Organized groups who like and comment on each other's posts used to boost reach. LinkedIn cracked down hard, and pod engagement now often hurts rather than helps, because the platform can spot inauthentic patterns.

Posting too often with nothing to say

More isn't automatically better. If you post three times a day and none of it lands, the algorithm starts showing your content to fewer people. Posting less often with higher quality beats flooding the feed.

The format debate

Text posts, carousels, video, polls? The honest answer is that it depends on your audience and what you're saying. Text posts carry stories, insights, and opinions well. Carousels suit educational content and frameworks. Images help when they add real context rather than stock decoration. Video works when you have something visual to show.

The format matters less than the substance. A compelling story in plain text will outperform a mediocre carousel every time.

The real strategy

Stop thinking about the algorithm and start thinking about your audience. Who are they? What do they struggle with? What would they find genuinely useful?
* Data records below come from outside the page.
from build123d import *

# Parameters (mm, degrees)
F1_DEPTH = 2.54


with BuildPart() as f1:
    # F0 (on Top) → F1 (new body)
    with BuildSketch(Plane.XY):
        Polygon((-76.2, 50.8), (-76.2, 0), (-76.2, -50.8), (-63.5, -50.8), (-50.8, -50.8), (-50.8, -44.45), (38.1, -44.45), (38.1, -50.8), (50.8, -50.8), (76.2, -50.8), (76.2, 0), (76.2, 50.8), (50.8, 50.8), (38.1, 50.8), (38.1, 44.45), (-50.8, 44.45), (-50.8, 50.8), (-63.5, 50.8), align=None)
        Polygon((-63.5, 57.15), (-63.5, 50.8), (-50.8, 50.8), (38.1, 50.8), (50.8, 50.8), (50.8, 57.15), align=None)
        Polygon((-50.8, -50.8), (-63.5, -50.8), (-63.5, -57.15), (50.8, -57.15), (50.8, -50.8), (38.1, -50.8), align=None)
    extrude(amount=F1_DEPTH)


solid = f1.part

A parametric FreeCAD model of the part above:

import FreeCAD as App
import Part
import Sketcher

V = App.Vector
Q = App.Units.Quantity


def add_polygon(sketch, points):
    """Adds a closed chain of lines whose ends are joined by coincident constraints."""
    first, n = sketch.GeometryCount, len(points)
    for a, b in zip(points, points[1:] + points[:1]):
        sketch.addGeometry(Part.LineSegment(App.Vector(*a, 0), App.Vector(*b, 0)), False)
    for i in range(n):
        sketch.addConstraint(Sketcher.Constraint("Coincident", first + i, 2, first + (i + 1) % n, 1))

doc = App.newDocument("Part")
body = doc.addObject("PartDesign::Body", "Body")

sketch1 = body.newObject("Sketcher::SketchObject", "Sketch")
sketch1.AttachmentSupport = (doc.getObject("XY_Plane"), [""])
sketch1.MapMode = "FlatFace"
add_polygon(sketch1, [(-76.2, 50.8), (-76.2, -50.8), (-63.5, -50.8), (-63.5, -57.15), (50.8, -57.15), (50.8, -50.8), (76.2, -50.8), (76.2, 50.8), (50.8, 50.8), (50.8, 57.15), (-63.5, 57.15), (-63.5, 50.8)])
add_polygon(sketch1, [(-50.8, -50.8), (-50.8, -44.45), (38.1, -44.45), (38.1, -50.8)])
add_polygon(sketch1, [(38.1, 50.8), (38.1, 44.45), (-50.8, 44.45), (-50.8, 50.8)])
sketch1.addConstraint([
    Sketcher.Constraint("Vertical", 0),
    Sketcher.Constraint("Horizontal", 1),
    Sketcher.Constraint("Vertical", 2),
    Sketcher.Constraint("Horizontal", 3),
    Sketcher.Constraint("Vertical", 4),
    Sketcher.Constraint("Horizontal", 5),
    Sketcher.Constraint("Vertical", 6),
    Sketcher.Constraint("Horizontal", 7),
    Sketcher.Constraint("Vertical", 8),
    Sketcher.Constraint("Horizontal", 9),
    Sketcher.Constraint("Vertical", 10),
    Sketcher.Constraint("Horizontal", 11),
    Sketcher.Constraint("Vertical", 12),
    Sketcher.Constraint("Horizontal", 13),
    Sketcher.Constraint("Vertical", 14),
    Sketcher.Constraint("Horizontal", 15),
    Sketcher.Constraint("Vertical", 16),
    Sketcher.Constraint("Horizontal", 17),
    Sketcher.Constraint("Vertical", 18),
    Sketcher.Constraint("Horizontal", 19),
    Sketcher.Constraint("Symmetric", 0, 2, 6, 2, -1, 1),
    Sketcher.Constraint("Symmetric", 7, 2, 15, 2, -1, 1),
    Sketcher.Constraint("Symmetric", 4, 2, 18, 2, -1, 1),
    Sketcher.Constraint("Symmetric", 4, 2, 15, 2, -2),
    Sketcher.Constraint("Symmetric", 2, 2, 9, 2, -1),
    Sketcher.Constraint("Symmetric", 13, 2, 16, 2, -1),
    Sketcher.Constraint("Horizontal", 7, 2, 10, 2),
    Sketcher.Constraint("Equal", 10, 12),
    Sketcher.Constraint("DistanceX", 5, 1, 5, 2, Q("1 in")),
    Sketcher.Constraint("DistanceY", 0, 2, 0, 1, Q("4 in")),
    Sketcher.Constraint("DistanceX", 1, 1, 1, 2, Q("0.5 in")),
    Sketcher.Constraint("DistanceX", 3, 1, 3, 2, Q("4.5 in")),
    Sketcher.Constraint("DistanceX", 13, 1, 13, 2, Q("3.5 in")),
    Sketcher.Constraint("DistanceY", 2, 2, 2, 1, Q("0.25 in")),
])
pad1 = body.newObject("PartDesign::Pad", "Pad")
pad1.Profile = sketch1
pad1.Length = Q("0.1 in")

doc.recompute()
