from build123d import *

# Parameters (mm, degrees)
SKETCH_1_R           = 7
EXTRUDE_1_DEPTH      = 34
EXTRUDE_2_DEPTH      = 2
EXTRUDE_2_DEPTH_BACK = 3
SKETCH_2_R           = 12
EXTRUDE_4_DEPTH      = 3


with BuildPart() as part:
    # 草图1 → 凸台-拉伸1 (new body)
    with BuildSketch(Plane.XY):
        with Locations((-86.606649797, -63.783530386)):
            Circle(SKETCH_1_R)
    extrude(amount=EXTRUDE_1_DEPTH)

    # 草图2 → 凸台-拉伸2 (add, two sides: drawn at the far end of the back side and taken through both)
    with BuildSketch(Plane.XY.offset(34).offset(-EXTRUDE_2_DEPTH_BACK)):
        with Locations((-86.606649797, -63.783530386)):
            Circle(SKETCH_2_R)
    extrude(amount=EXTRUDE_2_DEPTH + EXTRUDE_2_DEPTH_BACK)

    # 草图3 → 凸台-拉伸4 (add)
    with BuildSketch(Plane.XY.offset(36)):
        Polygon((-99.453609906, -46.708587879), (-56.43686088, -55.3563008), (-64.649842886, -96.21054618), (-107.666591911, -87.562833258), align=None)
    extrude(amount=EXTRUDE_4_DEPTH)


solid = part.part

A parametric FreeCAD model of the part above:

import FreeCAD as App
import Part
import Sketcher

V = App.Vector
Q = App.Units.Quantity

doc = App.newDocument("Part")
params = doc.addObject("Spreadsheet::Sheet", "Params")
for row, (alias, value) in enumerate([
    ("sketch1_diameter", "14 mm"),
    ("pad1_length", "34 mm"),
    ("sketch2_diameter", "24 mm"),
    ("pad2_length", "2 mm"),
    ("pad2_length2", "3 mm"),
    ("pad3_length", "3 mm"),
], start=1):
    params.set(f"A{row}", alias)
    params.set(f"B{row}", "=" + value)
    params.setAlias(f"B{row}", alias)

body = doc.addObject("PartDesign::Body", "Body")

# Sketch on XY plane
sketch1 = body.newObject("Sketcher::SketchObject", "Sketch")
sketch1.AttachmentSupport = (doc.getObject("XY_Plane"), [""])
sketch1.MapMode = "FlatFace"
sketch1.addGeometry(Part.Circle(V(-87, -64, 0), V(0, 0, 1), 7), False)
sketch1.addConstraint(Sketcher.Constraint("Diameter", 0, Q("14 mm")))
sketch1.addConstraint(Sketcher.Constraint("DistanceX", 0, 3, -1, 1, Q("86.60665 mm")))
sketch1.addConstraint(Sketcher.Constraint("DistanceY", 0, 3, -1, 1, Q("63.78353 mm")))
sketch1.setExpression("Constraints[0]", "Params.sketch1_diameter")
pad1 = body.newObject("PartDesign::Pad", "Pad")
pad1.Profile = sketch1
pad1.setExpression("Length", "Params.pad1_length")

# Sketch on XY plane
sketch2 = body.newObject("Sketcher::SketchObject", "Sketch001")
sketch2.AttachmentSupport = (doc.getObject("XY_Plane"), [""])
sketch2.MapMode = "FlatFace"
sketch2.AttachmentOffset = App.Placement(V(0, 0, 34), App.Rotation())
sketch2.addGeometry(Part.Circle(V(-87, -64, 0), V(0, 0, 1), 12), False)
sketch2.addConstraint(Sketcher.Constraint("Diameter", 0, Q("24 mm")))
sketch2.addConstraint(Sketcher.Constraint("DistanceX", 0, 3, -1, 1, Q("86.60665 mm")))
sketch2.addConstraint(Sketcher.Constraint("DistanceY", 0, 3, -1, 1, Q("63.78353 mm")))
sketch2.setExpression("Constraints[0]", "Params.sketch2_diameter")
pad2 = body.newObject("PartDesign::Pad", "Pad001")
pad2.Profile = sketch2
pad2.Type = "TwoLengths"
pad2.setExpression("Length", "Params.pad2_length")
pad2.setExpression("Length2", "Params.pad2_length2")

# Sketch on XY plane
sketch3 = body.newObject("Sketcher::SketchObject", "Sketch002")
sketch3.AttachmentSupport = (doc.getObject("XY_Plane"), [""])
sketch3.MapMode = "FlatFace"
sketch3.AttachmentOffset = App.Placement(V(0, 0, 36), App.Rotation())
sketch3.addGeometry(Part.LineSegment(V(-56, -55, 0), V(-99, -47, 0)), False)
sketch3.addGeometry(Part.LineSegment(V(-99, -47, 0), V(-108, -88, 0)), False)
sketch3.addGeometry(Part.LineSegment(V(-108, -88, 0), V(-65, -96, 0)), False)
sketch3.addGeometry(Part.LineSegment(V(-65, -96, 0), V(-56, -55, 0)), False)
sketch3.addConstraint(Sketcher.Constraint("Coincident", 0, 2, 1, 1))
sketch3.addConstraint(Sketcher.Constraint("Coincident", 1, 2, 2, 1))
sketch3.addConstraint(Sketcher.Constraint("Coincident", 2, 2, 3, 1))
sketch3.addConstraint(Sketcher.Constraint("Coincident", 3, 2, 0, 1))
sketch3.addConstraint(Sketcher.Constraint("Perpendicular", 0, 1))
sketch3.addConstraint(Sketcher.Constraint("Perpendicular", 1, 2))
sketch3.addConstraint(Sketcher.Constraint("Perpendicular", 2, 3))
sketch3.addConstraint(Sketcher.Constraint("DistanceY", 3, 2, -1, 1, Q("55.356301 mm")))
sketch3.addConstraint(Sketcher.Constraint("Distance", 0, Q("43.87737 mm")))
sketch3.addConstraint(Sketcher.Constraint("DistanceX", 0, 2, -1, 1, Q("99.45361 mm")))
sketch3.addConstraint(Sketcher.Constraint("DistanceX", 1, 2, -1, 1, Q("107.666592 mm")))
sketch3.addConstraint(Sketcher.Constraint("DistanceX", 3, 2, -1, 1, Q("56.436861 mm")))
pad3 = body.newObject("PartDesign::Pad", "Pad002")
pad3.Profile = sketch3
pad3.setExpression("Length", "Params.pad3_length")

doc.recompute()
Write content that helps people or makes them think. Share experiences others can learn from. Be specific, be honest, and be consistent without burning out. The algorithm will catch up.

A practical posting rhythm

For most professionals, five to six posts a month is the sweet spot, roughly one or two a week, enough to stay visible without burning out. For a deeper look at cadence, see the guide on how often you should post on LinkedIn.

Each month, aim for a mix of insight or opinion posts, a story-driven post or two, and one educational piece. Don't overthink it. The best post is the one you actually publish.